*What is needed*. Repeat word for word the opening stretch of the entries, from the first line through the line containing "f 528 524 527".

[Dataset extract — start]

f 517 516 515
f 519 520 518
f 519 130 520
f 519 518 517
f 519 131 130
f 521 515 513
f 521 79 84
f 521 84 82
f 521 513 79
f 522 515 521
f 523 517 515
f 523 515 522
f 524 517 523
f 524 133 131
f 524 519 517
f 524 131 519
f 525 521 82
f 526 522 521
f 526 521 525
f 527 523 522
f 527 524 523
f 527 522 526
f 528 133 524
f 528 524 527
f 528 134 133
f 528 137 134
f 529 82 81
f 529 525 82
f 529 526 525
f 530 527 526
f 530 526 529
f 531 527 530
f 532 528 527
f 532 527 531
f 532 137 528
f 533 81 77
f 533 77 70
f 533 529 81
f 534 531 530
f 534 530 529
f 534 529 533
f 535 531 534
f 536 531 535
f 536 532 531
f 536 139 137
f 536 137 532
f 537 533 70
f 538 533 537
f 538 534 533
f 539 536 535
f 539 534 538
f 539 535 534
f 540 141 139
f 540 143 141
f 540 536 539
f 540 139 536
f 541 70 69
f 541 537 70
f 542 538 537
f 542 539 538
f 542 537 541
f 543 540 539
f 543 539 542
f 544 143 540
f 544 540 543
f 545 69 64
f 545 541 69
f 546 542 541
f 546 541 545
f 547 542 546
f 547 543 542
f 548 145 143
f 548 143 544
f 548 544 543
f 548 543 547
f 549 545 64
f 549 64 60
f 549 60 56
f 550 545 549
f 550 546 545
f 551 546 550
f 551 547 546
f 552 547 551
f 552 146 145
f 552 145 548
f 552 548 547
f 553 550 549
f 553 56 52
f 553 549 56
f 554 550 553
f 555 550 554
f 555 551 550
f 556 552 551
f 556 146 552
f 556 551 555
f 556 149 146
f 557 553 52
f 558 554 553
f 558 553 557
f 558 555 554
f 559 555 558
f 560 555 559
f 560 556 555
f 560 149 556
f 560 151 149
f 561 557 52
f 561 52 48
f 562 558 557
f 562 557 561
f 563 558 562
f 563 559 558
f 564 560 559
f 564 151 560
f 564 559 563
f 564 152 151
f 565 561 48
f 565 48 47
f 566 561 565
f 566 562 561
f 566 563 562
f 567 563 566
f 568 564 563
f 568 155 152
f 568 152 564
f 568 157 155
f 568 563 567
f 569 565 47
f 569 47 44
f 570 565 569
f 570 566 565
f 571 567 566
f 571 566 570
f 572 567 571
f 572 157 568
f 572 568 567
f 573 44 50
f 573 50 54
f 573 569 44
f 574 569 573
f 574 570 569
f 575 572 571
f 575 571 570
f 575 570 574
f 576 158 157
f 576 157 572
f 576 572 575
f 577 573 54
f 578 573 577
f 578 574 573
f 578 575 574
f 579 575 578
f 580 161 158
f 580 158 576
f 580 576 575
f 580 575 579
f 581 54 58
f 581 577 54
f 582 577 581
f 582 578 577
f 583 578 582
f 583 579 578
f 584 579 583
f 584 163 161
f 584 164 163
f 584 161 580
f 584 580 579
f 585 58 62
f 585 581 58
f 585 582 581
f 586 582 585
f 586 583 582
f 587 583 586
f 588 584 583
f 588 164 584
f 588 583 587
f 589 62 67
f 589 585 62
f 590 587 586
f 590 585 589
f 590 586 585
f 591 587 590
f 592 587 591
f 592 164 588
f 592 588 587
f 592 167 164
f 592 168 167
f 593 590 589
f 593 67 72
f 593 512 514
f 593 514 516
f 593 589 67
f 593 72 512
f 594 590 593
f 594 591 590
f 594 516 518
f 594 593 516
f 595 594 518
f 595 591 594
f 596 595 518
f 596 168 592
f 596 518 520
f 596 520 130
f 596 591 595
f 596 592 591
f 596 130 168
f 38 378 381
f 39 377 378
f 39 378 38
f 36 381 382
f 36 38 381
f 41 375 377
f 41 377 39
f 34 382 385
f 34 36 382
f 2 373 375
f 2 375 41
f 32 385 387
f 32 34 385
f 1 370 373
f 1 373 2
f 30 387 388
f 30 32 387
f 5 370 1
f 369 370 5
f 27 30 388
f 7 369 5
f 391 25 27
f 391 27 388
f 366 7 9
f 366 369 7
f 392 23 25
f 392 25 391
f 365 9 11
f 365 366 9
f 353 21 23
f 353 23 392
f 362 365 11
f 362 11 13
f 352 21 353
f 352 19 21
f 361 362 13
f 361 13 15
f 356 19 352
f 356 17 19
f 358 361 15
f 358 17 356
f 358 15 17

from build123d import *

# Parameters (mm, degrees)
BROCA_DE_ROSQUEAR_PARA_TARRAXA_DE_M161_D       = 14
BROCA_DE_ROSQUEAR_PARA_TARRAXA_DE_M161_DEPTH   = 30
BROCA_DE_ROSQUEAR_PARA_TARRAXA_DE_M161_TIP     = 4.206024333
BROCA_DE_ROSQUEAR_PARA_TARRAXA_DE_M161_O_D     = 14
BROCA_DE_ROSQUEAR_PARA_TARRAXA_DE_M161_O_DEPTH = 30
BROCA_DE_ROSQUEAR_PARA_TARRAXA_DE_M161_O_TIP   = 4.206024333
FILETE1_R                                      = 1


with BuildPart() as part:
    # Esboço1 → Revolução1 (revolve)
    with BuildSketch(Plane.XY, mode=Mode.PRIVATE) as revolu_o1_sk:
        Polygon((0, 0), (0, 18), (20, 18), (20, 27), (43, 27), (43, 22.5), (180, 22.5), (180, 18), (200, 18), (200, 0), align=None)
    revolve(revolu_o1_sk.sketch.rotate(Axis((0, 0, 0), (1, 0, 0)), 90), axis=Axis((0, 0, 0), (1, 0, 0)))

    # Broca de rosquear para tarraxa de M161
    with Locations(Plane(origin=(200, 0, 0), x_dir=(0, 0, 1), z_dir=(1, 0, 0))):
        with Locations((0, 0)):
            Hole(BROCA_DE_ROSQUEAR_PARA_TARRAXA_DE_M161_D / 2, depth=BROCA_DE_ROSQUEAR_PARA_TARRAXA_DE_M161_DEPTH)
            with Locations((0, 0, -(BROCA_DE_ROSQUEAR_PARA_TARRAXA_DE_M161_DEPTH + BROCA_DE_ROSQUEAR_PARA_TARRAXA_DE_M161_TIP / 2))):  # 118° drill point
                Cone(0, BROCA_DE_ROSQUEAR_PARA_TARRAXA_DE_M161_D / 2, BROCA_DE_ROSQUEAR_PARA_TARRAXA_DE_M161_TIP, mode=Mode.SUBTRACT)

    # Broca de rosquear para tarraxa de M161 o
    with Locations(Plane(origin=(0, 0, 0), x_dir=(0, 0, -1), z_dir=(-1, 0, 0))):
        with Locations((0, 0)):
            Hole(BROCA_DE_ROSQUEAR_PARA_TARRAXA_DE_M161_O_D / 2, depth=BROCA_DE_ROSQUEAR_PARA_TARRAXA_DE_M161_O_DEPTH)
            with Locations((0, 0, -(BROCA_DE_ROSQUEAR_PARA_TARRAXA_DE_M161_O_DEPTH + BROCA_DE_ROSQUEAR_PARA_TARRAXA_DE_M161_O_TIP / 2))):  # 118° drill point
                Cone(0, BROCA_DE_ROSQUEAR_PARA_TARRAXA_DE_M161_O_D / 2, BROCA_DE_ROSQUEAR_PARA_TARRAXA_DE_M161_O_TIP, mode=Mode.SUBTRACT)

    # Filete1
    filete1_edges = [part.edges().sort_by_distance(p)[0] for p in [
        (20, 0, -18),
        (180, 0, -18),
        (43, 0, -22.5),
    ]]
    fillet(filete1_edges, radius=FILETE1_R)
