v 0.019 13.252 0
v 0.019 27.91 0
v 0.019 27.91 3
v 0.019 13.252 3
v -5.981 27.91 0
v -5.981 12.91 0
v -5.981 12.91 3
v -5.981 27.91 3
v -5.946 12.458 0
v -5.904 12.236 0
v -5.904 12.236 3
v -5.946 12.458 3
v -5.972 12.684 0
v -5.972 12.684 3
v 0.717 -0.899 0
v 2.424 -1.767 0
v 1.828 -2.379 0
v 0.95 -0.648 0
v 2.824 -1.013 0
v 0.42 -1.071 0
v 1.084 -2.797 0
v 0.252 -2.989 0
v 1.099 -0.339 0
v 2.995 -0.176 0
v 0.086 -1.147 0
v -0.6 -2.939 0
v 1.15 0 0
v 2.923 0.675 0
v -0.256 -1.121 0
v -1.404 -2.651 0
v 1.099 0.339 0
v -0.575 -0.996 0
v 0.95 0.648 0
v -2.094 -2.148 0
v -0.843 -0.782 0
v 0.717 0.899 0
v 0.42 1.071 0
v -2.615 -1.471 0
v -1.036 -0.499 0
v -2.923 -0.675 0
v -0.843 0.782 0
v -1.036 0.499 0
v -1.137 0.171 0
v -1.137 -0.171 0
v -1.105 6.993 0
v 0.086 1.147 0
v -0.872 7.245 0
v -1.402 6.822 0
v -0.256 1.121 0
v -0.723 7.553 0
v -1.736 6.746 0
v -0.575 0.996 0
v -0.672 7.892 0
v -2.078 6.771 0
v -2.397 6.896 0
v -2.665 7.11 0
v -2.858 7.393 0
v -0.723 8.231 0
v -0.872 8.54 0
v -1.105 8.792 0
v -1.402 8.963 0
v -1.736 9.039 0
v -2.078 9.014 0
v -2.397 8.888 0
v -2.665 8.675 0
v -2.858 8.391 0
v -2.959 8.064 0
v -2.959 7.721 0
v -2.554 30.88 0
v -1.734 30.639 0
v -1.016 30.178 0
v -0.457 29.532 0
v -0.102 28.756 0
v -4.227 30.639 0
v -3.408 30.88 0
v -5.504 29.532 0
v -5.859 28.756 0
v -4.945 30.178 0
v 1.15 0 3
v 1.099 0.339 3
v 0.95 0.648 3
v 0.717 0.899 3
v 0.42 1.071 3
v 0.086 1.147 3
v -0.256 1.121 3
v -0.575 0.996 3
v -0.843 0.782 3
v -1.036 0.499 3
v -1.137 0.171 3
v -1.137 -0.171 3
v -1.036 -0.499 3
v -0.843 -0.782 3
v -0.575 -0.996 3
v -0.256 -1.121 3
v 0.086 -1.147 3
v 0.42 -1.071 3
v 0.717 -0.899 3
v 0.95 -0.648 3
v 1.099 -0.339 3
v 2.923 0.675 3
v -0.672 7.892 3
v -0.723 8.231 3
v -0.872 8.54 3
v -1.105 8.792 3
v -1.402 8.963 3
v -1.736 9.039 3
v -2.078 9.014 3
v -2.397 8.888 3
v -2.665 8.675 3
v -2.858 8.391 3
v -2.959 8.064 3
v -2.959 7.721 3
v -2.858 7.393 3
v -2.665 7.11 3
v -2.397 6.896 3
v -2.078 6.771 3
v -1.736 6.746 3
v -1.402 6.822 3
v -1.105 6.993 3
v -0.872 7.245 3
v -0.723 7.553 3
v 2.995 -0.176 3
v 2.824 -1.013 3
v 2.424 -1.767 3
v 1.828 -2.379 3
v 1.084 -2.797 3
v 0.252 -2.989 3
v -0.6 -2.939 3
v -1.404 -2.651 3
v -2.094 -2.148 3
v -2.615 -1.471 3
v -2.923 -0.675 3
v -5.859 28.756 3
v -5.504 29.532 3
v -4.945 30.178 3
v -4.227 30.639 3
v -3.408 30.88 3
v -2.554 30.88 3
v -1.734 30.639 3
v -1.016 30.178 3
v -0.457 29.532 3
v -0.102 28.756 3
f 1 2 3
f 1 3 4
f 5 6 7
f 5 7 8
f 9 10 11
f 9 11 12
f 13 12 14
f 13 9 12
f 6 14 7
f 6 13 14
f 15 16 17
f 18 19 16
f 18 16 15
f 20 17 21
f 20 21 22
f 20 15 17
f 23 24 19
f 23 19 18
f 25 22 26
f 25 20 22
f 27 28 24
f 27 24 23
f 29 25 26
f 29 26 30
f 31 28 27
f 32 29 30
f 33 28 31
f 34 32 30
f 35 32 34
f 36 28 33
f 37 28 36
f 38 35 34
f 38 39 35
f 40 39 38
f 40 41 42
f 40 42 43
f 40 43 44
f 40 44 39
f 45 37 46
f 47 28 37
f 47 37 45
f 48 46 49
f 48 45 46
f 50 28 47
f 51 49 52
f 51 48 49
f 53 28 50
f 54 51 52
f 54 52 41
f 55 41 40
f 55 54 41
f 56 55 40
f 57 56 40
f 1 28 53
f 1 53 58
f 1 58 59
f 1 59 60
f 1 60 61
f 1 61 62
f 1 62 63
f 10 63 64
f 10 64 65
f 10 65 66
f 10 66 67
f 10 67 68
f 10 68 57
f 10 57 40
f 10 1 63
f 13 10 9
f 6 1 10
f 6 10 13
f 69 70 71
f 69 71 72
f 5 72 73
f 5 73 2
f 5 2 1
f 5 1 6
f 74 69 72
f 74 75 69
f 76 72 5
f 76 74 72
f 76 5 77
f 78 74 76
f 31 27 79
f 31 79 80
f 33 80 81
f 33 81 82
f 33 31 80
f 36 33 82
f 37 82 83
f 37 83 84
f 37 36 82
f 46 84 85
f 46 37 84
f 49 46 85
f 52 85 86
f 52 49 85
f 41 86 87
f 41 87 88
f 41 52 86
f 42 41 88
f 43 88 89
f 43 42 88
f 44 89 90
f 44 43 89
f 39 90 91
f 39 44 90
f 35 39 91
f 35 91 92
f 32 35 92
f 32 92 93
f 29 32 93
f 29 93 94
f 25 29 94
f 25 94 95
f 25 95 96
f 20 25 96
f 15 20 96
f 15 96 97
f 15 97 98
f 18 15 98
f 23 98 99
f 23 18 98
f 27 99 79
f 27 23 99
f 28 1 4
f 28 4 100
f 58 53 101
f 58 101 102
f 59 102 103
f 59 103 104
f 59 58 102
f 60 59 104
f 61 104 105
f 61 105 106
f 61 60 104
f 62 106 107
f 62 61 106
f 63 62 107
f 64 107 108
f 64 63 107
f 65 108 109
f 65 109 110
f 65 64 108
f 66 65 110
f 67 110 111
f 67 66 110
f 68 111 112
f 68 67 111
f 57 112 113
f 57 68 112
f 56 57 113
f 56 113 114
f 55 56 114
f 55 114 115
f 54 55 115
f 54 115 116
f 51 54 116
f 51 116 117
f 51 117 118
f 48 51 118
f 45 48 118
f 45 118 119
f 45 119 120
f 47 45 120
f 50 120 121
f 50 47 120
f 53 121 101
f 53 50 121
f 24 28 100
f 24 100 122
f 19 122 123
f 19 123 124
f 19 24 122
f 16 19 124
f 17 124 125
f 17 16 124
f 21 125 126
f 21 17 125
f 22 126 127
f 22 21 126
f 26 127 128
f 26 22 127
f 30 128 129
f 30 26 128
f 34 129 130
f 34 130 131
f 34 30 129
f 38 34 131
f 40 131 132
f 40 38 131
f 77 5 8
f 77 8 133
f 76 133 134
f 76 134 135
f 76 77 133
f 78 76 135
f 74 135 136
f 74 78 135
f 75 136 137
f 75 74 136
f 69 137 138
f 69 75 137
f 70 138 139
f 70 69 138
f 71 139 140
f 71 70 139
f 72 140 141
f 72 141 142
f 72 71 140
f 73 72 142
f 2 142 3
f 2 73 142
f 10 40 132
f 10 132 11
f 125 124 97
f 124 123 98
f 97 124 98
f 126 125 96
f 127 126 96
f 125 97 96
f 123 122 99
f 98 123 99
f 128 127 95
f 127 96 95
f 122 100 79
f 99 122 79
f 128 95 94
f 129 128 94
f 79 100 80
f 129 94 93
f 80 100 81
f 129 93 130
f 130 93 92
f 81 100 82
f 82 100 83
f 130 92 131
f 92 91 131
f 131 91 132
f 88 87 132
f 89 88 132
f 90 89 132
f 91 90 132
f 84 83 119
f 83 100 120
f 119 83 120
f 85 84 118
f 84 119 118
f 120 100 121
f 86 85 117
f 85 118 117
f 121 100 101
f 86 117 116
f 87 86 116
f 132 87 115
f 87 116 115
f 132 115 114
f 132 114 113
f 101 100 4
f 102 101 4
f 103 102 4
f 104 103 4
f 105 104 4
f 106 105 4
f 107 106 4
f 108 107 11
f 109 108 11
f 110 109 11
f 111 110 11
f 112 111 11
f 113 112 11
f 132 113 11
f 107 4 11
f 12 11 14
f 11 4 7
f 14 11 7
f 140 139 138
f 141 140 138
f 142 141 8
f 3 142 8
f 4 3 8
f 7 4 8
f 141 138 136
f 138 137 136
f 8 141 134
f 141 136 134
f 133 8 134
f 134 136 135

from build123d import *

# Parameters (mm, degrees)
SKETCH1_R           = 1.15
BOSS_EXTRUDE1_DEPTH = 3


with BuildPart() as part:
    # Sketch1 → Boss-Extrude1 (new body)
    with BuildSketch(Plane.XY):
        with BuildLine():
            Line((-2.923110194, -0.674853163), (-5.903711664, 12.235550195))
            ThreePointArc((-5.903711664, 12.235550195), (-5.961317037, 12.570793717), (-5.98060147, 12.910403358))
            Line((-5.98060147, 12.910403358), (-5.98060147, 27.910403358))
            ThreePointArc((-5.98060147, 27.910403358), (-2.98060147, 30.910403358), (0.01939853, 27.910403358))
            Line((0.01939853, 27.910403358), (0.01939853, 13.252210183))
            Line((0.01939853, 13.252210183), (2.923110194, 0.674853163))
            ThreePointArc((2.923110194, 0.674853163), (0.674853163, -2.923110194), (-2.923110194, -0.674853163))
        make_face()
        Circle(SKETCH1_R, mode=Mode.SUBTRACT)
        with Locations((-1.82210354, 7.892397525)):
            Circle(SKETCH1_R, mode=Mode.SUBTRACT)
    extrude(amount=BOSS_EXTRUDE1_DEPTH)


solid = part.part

[Dataset extract — finish]

*Task result*.
f 517 516 515
f 519 520 518
f 519 130 520
f 519 518 517
f 519 131 130
f 521 515 513
f 521 79 84
f 521 84 82
f 521 513 79
f 522 515 521
f 523 517 515
f 523 515 522
f 524 517 523
f 524 133 131
f 524 519 517
f 524 131 519
f 525 521 82
f 526 522 521
f 526 521 525
f 527 523 522
f 527 524 523
f 527 522 526
f 528 133 524
f 528 524 527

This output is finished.